[Dataset entries]

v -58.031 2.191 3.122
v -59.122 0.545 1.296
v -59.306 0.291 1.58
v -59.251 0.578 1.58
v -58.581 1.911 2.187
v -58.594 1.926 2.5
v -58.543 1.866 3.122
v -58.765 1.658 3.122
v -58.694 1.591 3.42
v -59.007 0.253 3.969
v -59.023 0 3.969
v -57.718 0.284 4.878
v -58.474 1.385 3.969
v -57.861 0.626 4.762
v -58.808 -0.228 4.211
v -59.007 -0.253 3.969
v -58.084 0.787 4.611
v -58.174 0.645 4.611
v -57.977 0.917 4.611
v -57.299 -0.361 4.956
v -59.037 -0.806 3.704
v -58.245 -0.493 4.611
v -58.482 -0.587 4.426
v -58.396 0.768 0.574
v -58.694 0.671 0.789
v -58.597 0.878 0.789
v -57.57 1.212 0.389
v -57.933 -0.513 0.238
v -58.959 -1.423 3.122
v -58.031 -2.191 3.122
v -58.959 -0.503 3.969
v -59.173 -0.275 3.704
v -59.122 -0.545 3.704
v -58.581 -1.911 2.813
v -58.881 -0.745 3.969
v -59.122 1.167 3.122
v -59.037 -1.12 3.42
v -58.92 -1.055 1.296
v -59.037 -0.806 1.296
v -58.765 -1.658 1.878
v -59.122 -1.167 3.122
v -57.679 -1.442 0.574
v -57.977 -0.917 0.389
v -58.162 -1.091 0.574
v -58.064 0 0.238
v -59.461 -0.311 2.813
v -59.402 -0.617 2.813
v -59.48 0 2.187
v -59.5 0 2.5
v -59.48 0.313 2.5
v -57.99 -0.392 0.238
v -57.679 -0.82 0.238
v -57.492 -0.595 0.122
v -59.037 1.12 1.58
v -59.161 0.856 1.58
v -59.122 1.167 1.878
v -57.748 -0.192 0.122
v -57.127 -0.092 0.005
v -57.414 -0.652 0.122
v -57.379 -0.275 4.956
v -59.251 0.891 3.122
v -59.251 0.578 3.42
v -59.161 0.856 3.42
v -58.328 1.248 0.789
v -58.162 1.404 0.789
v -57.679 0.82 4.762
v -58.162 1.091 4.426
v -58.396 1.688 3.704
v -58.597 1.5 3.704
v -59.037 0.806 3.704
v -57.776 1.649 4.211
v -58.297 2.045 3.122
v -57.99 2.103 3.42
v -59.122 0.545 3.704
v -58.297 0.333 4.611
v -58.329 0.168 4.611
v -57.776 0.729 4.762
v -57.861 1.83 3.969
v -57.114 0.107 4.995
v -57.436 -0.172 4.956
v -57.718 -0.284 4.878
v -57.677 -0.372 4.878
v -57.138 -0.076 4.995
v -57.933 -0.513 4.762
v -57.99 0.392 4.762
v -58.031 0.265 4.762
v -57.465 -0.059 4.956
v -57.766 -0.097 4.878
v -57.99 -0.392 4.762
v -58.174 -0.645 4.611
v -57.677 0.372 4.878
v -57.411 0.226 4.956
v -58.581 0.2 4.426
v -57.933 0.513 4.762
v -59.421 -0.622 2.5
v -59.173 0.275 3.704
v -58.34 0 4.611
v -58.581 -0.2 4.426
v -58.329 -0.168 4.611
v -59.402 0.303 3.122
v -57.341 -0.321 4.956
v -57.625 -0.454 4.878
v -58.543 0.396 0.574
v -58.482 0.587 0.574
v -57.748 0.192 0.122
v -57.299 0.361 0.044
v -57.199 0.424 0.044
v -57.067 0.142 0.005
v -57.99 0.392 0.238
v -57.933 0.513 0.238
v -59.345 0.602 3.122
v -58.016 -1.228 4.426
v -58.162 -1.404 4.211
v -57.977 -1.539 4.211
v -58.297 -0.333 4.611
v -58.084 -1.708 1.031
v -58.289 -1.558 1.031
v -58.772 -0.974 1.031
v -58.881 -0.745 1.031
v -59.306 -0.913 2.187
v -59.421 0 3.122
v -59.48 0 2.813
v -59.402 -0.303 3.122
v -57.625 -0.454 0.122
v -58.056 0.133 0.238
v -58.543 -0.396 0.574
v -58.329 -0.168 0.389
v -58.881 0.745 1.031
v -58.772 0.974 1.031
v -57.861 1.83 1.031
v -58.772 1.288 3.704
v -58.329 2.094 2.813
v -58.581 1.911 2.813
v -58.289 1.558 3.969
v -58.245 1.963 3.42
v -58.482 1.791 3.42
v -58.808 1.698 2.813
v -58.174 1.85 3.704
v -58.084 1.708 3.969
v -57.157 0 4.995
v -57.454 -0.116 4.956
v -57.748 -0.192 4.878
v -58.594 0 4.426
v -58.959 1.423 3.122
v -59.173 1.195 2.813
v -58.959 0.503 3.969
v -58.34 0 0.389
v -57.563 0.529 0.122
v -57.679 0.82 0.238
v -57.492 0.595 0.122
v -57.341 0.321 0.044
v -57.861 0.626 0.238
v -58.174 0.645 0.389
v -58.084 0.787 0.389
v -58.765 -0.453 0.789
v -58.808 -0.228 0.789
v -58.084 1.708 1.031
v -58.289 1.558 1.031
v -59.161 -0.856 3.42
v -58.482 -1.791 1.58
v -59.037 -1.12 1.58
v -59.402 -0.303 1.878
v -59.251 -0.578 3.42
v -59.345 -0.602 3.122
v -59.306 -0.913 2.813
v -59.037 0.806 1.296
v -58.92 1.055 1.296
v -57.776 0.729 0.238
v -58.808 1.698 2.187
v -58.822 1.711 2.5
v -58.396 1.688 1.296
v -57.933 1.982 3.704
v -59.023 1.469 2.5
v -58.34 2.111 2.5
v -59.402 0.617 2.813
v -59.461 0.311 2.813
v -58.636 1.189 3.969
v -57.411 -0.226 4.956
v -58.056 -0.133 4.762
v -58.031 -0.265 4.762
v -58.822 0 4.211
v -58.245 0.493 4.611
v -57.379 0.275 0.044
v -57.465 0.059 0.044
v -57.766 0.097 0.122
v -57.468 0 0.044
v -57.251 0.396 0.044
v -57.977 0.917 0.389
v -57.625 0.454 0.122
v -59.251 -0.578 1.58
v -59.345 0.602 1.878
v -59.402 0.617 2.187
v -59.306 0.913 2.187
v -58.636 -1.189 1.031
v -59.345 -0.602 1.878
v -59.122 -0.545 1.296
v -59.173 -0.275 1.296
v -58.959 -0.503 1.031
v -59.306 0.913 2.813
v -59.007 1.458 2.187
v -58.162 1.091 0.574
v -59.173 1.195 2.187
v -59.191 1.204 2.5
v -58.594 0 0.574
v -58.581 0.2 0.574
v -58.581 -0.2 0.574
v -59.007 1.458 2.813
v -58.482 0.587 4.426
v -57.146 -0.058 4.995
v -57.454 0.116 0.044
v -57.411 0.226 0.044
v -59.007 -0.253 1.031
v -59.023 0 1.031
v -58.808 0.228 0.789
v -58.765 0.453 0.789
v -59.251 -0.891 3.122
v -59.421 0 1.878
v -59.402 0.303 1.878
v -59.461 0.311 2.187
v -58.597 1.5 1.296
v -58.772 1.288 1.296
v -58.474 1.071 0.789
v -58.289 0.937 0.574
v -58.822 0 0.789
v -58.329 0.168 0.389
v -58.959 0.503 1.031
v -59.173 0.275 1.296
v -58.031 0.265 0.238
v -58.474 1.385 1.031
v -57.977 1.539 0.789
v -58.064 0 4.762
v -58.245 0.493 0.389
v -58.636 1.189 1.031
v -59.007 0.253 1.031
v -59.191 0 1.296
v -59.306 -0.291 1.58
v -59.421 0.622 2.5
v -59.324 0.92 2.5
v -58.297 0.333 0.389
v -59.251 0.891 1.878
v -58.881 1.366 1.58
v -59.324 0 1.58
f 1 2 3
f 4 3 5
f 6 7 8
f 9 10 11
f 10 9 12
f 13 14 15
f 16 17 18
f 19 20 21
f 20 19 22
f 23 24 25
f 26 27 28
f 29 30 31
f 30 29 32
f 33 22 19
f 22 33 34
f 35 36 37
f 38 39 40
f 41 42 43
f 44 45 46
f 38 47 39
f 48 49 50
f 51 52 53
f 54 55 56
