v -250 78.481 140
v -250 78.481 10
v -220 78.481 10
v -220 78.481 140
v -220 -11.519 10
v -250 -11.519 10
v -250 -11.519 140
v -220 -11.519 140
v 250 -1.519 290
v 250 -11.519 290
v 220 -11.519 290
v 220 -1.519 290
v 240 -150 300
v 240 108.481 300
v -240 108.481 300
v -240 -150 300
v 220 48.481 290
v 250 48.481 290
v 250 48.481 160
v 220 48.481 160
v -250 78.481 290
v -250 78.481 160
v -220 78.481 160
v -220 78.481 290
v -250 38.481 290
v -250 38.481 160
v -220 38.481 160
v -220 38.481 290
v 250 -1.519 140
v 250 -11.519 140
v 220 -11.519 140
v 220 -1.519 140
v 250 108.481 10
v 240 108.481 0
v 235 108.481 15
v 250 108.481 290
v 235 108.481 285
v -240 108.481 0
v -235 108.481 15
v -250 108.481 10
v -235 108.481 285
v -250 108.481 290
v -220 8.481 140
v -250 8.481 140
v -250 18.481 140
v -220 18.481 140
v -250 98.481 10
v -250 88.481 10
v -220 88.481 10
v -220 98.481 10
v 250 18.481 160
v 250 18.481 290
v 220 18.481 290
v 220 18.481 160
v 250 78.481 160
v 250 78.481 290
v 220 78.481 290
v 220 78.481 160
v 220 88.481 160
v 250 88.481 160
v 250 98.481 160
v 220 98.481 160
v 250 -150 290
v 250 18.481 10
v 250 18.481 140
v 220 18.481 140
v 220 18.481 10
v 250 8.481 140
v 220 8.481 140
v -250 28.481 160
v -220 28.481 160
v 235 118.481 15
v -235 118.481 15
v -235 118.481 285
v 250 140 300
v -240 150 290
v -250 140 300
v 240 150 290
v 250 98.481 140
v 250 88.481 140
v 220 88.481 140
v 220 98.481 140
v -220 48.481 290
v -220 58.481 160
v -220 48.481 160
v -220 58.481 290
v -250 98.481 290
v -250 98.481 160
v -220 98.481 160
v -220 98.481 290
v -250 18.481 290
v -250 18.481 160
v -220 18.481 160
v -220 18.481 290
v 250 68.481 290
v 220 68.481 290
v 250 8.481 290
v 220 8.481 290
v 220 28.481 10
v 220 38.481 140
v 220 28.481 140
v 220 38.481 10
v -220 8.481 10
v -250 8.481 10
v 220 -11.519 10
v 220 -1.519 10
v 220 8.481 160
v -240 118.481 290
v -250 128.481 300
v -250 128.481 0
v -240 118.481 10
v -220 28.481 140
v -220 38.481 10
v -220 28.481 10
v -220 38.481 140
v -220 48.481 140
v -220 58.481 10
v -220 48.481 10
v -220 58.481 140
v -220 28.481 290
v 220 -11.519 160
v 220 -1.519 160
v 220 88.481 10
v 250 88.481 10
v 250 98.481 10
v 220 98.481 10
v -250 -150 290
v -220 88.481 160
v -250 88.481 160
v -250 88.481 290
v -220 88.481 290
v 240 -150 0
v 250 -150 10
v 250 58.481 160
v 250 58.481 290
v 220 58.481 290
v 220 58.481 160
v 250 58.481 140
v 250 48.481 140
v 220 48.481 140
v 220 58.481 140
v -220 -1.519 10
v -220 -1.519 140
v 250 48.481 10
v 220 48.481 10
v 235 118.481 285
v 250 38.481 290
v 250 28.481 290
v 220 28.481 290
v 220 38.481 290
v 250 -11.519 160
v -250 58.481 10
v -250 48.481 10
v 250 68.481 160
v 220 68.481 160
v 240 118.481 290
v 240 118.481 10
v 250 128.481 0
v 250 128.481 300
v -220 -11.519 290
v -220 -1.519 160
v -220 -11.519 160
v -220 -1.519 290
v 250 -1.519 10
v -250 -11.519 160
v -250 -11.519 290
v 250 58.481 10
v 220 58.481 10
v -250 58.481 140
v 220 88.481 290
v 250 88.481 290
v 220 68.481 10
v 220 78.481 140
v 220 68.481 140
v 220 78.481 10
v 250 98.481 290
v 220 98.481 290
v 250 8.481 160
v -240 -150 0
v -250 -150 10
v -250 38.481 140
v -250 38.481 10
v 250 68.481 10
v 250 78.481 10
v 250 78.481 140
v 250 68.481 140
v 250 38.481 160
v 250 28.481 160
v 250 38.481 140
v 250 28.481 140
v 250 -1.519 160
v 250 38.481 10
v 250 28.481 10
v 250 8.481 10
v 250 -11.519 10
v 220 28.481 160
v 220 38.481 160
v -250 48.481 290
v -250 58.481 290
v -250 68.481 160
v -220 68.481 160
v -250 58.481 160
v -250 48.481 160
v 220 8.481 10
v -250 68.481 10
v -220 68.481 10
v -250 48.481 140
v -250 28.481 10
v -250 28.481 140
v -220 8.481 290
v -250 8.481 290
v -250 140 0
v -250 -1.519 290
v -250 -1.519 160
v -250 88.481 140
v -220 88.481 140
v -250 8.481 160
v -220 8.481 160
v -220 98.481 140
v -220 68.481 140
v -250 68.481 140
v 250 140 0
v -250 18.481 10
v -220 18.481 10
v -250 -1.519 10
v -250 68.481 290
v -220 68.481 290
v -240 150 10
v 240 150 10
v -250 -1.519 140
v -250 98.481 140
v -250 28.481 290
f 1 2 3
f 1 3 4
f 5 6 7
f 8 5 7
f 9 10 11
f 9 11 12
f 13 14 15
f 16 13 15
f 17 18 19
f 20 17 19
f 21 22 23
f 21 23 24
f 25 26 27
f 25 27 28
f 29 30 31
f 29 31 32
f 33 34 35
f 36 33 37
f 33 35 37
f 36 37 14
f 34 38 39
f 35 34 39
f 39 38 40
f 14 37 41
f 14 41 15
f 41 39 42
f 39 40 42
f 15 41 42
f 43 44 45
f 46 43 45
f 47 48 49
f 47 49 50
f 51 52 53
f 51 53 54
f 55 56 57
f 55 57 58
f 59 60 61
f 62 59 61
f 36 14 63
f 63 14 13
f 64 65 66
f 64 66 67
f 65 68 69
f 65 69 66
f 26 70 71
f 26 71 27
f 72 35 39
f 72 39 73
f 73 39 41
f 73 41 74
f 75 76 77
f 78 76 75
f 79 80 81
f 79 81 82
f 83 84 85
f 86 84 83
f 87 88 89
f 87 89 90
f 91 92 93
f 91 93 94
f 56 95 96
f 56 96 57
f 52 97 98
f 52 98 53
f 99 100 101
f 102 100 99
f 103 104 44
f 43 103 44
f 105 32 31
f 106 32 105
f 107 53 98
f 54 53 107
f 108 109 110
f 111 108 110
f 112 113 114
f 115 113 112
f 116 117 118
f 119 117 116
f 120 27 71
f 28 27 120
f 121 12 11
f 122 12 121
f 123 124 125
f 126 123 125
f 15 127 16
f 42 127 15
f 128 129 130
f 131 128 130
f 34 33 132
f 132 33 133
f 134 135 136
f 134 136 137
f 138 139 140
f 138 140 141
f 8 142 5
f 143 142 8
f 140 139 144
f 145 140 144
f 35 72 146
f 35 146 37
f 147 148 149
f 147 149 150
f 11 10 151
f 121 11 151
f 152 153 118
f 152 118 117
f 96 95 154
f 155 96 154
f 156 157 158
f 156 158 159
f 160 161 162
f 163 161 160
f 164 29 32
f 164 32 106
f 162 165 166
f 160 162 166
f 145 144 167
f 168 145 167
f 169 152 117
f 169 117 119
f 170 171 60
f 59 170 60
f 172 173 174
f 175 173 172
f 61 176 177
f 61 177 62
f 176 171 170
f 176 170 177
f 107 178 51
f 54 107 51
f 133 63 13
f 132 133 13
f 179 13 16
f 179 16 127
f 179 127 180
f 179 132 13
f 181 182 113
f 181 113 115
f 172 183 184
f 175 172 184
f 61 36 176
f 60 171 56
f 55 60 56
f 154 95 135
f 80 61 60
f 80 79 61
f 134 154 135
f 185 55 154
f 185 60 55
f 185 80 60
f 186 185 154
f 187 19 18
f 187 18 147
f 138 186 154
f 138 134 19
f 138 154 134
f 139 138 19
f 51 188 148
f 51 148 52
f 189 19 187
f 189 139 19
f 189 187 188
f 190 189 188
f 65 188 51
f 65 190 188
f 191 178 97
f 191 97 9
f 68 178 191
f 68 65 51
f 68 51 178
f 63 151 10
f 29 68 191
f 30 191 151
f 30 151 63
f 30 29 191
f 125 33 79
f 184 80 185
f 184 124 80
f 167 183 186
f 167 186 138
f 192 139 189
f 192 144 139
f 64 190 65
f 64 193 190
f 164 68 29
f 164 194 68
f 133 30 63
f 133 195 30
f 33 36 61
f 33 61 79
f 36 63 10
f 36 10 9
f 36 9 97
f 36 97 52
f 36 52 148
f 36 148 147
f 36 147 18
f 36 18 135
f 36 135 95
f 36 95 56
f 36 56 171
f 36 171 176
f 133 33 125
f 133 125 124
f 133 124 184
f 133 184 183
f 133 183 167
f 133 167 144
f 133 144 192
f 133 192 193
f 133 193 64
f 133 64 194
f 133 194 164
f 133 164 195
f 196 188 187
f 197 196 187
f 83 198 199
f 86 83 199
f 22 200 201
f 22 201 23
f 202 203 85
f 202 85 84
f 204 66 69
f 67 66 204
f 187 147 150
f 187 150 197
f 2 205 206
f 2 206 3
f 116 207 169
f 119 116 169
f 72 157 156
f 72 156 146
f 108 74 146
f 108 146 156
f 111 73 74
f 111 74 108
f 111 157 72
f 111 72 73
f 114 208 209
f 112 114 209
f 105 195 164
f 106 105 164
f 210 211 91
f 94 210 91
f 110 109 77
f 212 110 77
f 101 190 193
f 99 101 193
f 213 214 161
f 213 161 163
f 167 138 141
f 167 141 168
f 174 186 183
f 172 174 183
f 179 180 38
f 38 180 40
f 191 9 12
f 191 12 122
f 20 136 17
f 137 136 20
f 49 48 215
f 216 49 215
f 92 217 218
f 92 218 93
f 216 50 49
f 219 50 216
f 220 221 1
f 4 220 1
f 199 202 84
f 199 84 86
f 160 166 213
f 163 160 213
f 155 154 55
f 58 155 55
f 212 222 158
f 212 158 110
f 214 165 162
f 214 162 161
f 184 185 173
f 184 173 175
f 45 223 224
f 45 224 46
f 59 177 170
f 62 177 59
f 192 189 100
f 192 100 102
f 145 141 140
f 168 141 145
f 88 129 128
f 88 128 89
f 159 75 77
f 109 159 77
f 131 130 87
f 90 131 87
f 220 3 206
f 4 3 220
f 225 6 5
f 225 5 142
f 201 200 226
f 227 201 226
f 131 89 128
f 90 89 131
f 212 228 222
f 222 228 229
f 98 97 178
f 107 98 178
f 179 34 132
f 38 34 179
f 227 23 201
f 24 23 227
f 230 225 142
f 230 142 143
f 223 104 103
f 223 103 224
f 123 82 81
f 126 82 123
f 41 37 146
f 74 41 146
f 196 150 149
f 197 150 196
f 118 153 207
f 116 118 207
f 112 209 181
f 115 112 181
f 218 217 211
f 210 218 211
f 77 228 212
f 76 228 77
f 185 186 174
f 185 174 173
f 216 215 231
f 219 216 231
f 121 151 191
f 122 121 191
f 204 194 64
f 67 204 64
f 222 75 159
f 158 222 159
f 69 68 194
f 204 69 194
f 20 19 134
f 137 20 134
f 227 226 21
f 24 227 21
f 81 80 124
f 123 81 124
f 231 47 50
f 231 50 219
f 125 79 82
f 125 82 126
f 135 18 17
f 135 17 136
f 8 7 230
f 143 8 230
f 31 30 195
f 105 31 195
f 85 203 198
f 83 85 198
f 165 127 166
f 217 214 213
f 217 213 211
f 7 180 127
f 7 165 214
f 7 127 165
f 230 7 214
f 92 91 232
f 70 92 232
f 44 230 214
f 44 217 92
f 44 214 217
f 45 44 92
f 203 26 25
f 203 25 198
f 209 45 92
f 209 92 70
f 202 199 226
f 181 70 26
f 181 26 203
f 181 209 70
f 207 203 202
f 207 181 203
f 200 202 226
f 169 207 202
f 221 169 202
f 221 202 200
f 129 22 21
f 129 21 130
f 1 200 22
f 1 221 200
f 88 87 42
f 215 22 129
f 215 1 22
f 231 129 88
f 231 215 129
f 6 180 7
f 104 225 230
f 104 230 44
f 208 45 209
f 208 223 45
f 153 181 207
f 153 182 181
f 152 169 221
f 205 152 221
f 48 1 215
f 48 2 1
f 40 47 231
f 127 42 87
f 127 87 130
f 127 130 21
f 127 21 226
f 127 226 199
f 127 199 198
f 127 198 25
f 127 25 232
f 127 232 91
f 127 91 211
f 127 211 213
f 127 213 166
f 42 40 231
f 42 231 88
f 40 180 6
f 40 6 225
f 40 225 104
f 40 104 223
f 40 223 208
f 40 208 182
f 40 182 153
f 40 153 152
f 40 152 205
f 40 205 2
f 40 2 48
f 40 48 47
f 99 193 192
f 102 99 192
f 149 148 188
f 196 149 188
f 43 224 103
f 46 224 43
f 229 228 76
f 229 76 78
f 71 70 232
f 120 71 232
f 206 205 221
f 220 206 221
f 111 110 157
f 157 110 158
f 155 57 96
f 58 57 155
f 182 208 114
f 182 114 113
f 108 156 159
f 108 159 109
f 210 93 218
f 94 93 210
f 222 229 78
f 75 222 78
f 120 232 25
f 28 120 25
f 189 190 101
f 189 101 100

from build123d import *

# Parameters (mm, degrees)
BOSS_EXTRUDE1_DEPTH = 300
SKETCH2_W           = 15
SKETCH2_H           = 10
CUT_EXTRUDE1_DEPTH  = 603.07972894
SKETCH4_W           = 130
SKETCH4_H           = 10
CUT_EXTRUDE2_DEPTH  = 30
SKETCH7_W           = 130
SKETCH7_H           = 10
CUT_EXTRUDE3_DEPTH  = 30
CHAMFER1_SIZE       = 10
CHAMFER2_SIZE       = 10
CHAMFER3_SIZE       = 10


with BuildPart() as part:
    # Sketch1 → Boss-Extrude1 (new body)
    with BuildSketch(Plane.XY):
        Polygon((250, 118.480565371), (235, 118.480565371), (235, 108.480565371), (250, 108.480565371), (250, -150), (-250, -150), (-250, 108.480565371), (-235, 108.480565371), (-235, 118.480565371), (-250, 118.480565371), (-250, 150), (250, 150), align=None)
    extrude(amount=BOSS_EXTRUDE1_DEPTH)

    # Sketch2 → Cut-Extrude1 (cut, through all)
    with BuildSketch(Plane.ZY.offset(250)):
        with Locations((292.5, 113.480565371)):
            Rectangle(SKETCH2_W, SKETCH2_H)
        with Locations((7.5, 113.480565371)):
            Rectangle(SKETCH2_W, SKETCH2_H)
    extrude(amount=-CUT_EXTRUDE1_DEPTH, mode=Mode.SUBTRACT)

    # Sketch4 → Cut-Extrude2 (cut)
    with BuildSketch(Plane.ZY.offset(250)):
        with Locations((75, 93.480565371)):
            Rectangle(SKETCH4_W, SKETCH4_H)
        with Locations((225, 93.480565371)):
            Rectangle(SKETCH4_W, SKETCH4_H)
        with Locations((225, 73.480565371)):
            Rectangle(SKETCH4_W, SKETCH4_H)
        with Locations((225, 53.480565371)):
            Rectangle(SKETCH4_W, SKETCH4_H)
        with Locations((225, 33.480565371)):
            Rectangle(SKETCH4_W, SKETCH4_H)
        with Locations((225, 13.480565371)):
            Rectangle(SKETCH4_W, SKETCH4_H)
        with Locations((225, -6.519434629)):
            Rectangle(SKETCH4_W, SKETCH4_H)
        with Locations((75, 73.480565371)):
            Rectangle(SKETCH4_W, SKETCH4_H)
        with Locations((75, 53.480565371)):
            Rectangle(SKETCH4_W, SKETCH4_H)
        with Locations((75, 33.480565371)):
            Rectangle(SKETCH4_W, SKETCH4_H)
        with Locations((75, 13.480565371)):
            Rectangle(SKETCH4_W, SKETCH4_H)
        with Locations((75, -6.519434629)):
            Rectangle(SKETCH4_W, SKETCH4_H)
    extrude(amount=-CUT_EXTRUDE2_DEPTH, mode=Mode.SUBTRACT)

    # Sketch7 → Cut-Extrude3 (cut)
    with BuildSketch(Plane(origin=(250, 0, 0), x_dir=(0, 0, -1), z_dir=(1, 0, 0))):
        with Locations((-225, 93.480565371)):
            Rectangle(SKETCH7_W, SKETCH7_H)
        with Locations((-75, 93.480565371)):
            Rectangle(SKETCH7_W, SKETCH7_H)
        with Locations((-75, 73.480565371)):
            Rectangle(SKETCH7_W, SKETCH7_H)
        with Locations((-75, 53.480565371)):
            Rectangle(SKETCH7_W, SKETCH7_H)
        with Locations((-75, 33.480565371)):
            Rectangle(SKETCH7_W, SKETCH7_H)
        with Locations((-75, 13.480565371)):
            Rectangle(SKETCH7_W, SKETCH7_H)
        with Locations((-75, -6.519434629)):
            Rectangle(SKETCH7_W, SKETCH7_H)
        with Locations((-225, 73.480565371)):
            Rectangle(SKETCH7_W, SKETCH7_H)
        with Locations((-225, 53.480565371)):
            Rectangle(SKETCH7_W, SKETCH7_H)
        with Locations((-225, 33.480565371)):
            Rectangle(SKETCH7_W, SKETCH7_H)
        with Locations((-225, 13.480565371)):
            Rectangle(SKETCH7_W, SKETCH7_H)
        with Locations((-225, -6.519434629)):
            Rectangle(SKETCH7_W, SKETCH7_H)
    extrude(amount=-CUT_EXTRUDE3_DEPTH, mode=Mode.SUBTRACT)

    # Chamfer1
    chamfer1_edges = [part.edges().sort_by_distance(p)[0] for p in [
        (0, 150, 0),
        (-250, 150, 150),
        (250, 150, 150),
        (0, 150, 300),
    ]]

**EXERCISE DETAILS**
Reproduce only the lines above, starting at the line with "f 176 170 177" and ending at the line with "f 68 178 191", exactly as written.

**THE ANSWER**
f 176 170 177
f 107 178 51
f 54 107 51
f 133 63 13
f 132 133 13
f 179 13 16
f 179 16 127
f 179 127 180
f 179 132 13
f 181 182 113
f 181 113 115
f 172 183 184
f 175 172 184
f 61 36 176
f 60 171 56
f 55 60 56
f 154 95 135
f 80 61 60
f 80 79 61
f 134 154 135
f 185 55 154
f 185 60 55
f 185 80 60
f 186 185 154
f 187 19 18
f 187 18 147
f 138 186 154
f 138 134 19
f 138 154 134
f 139 138 19
f 51 188 148
f 51 148 52
f 189 19 187
f 189 139 19
f 189 187 188
f 190 189 188
f 65 188 51
f 65 190 188
f 191 178 97
f 191 97 9
f 68 178 191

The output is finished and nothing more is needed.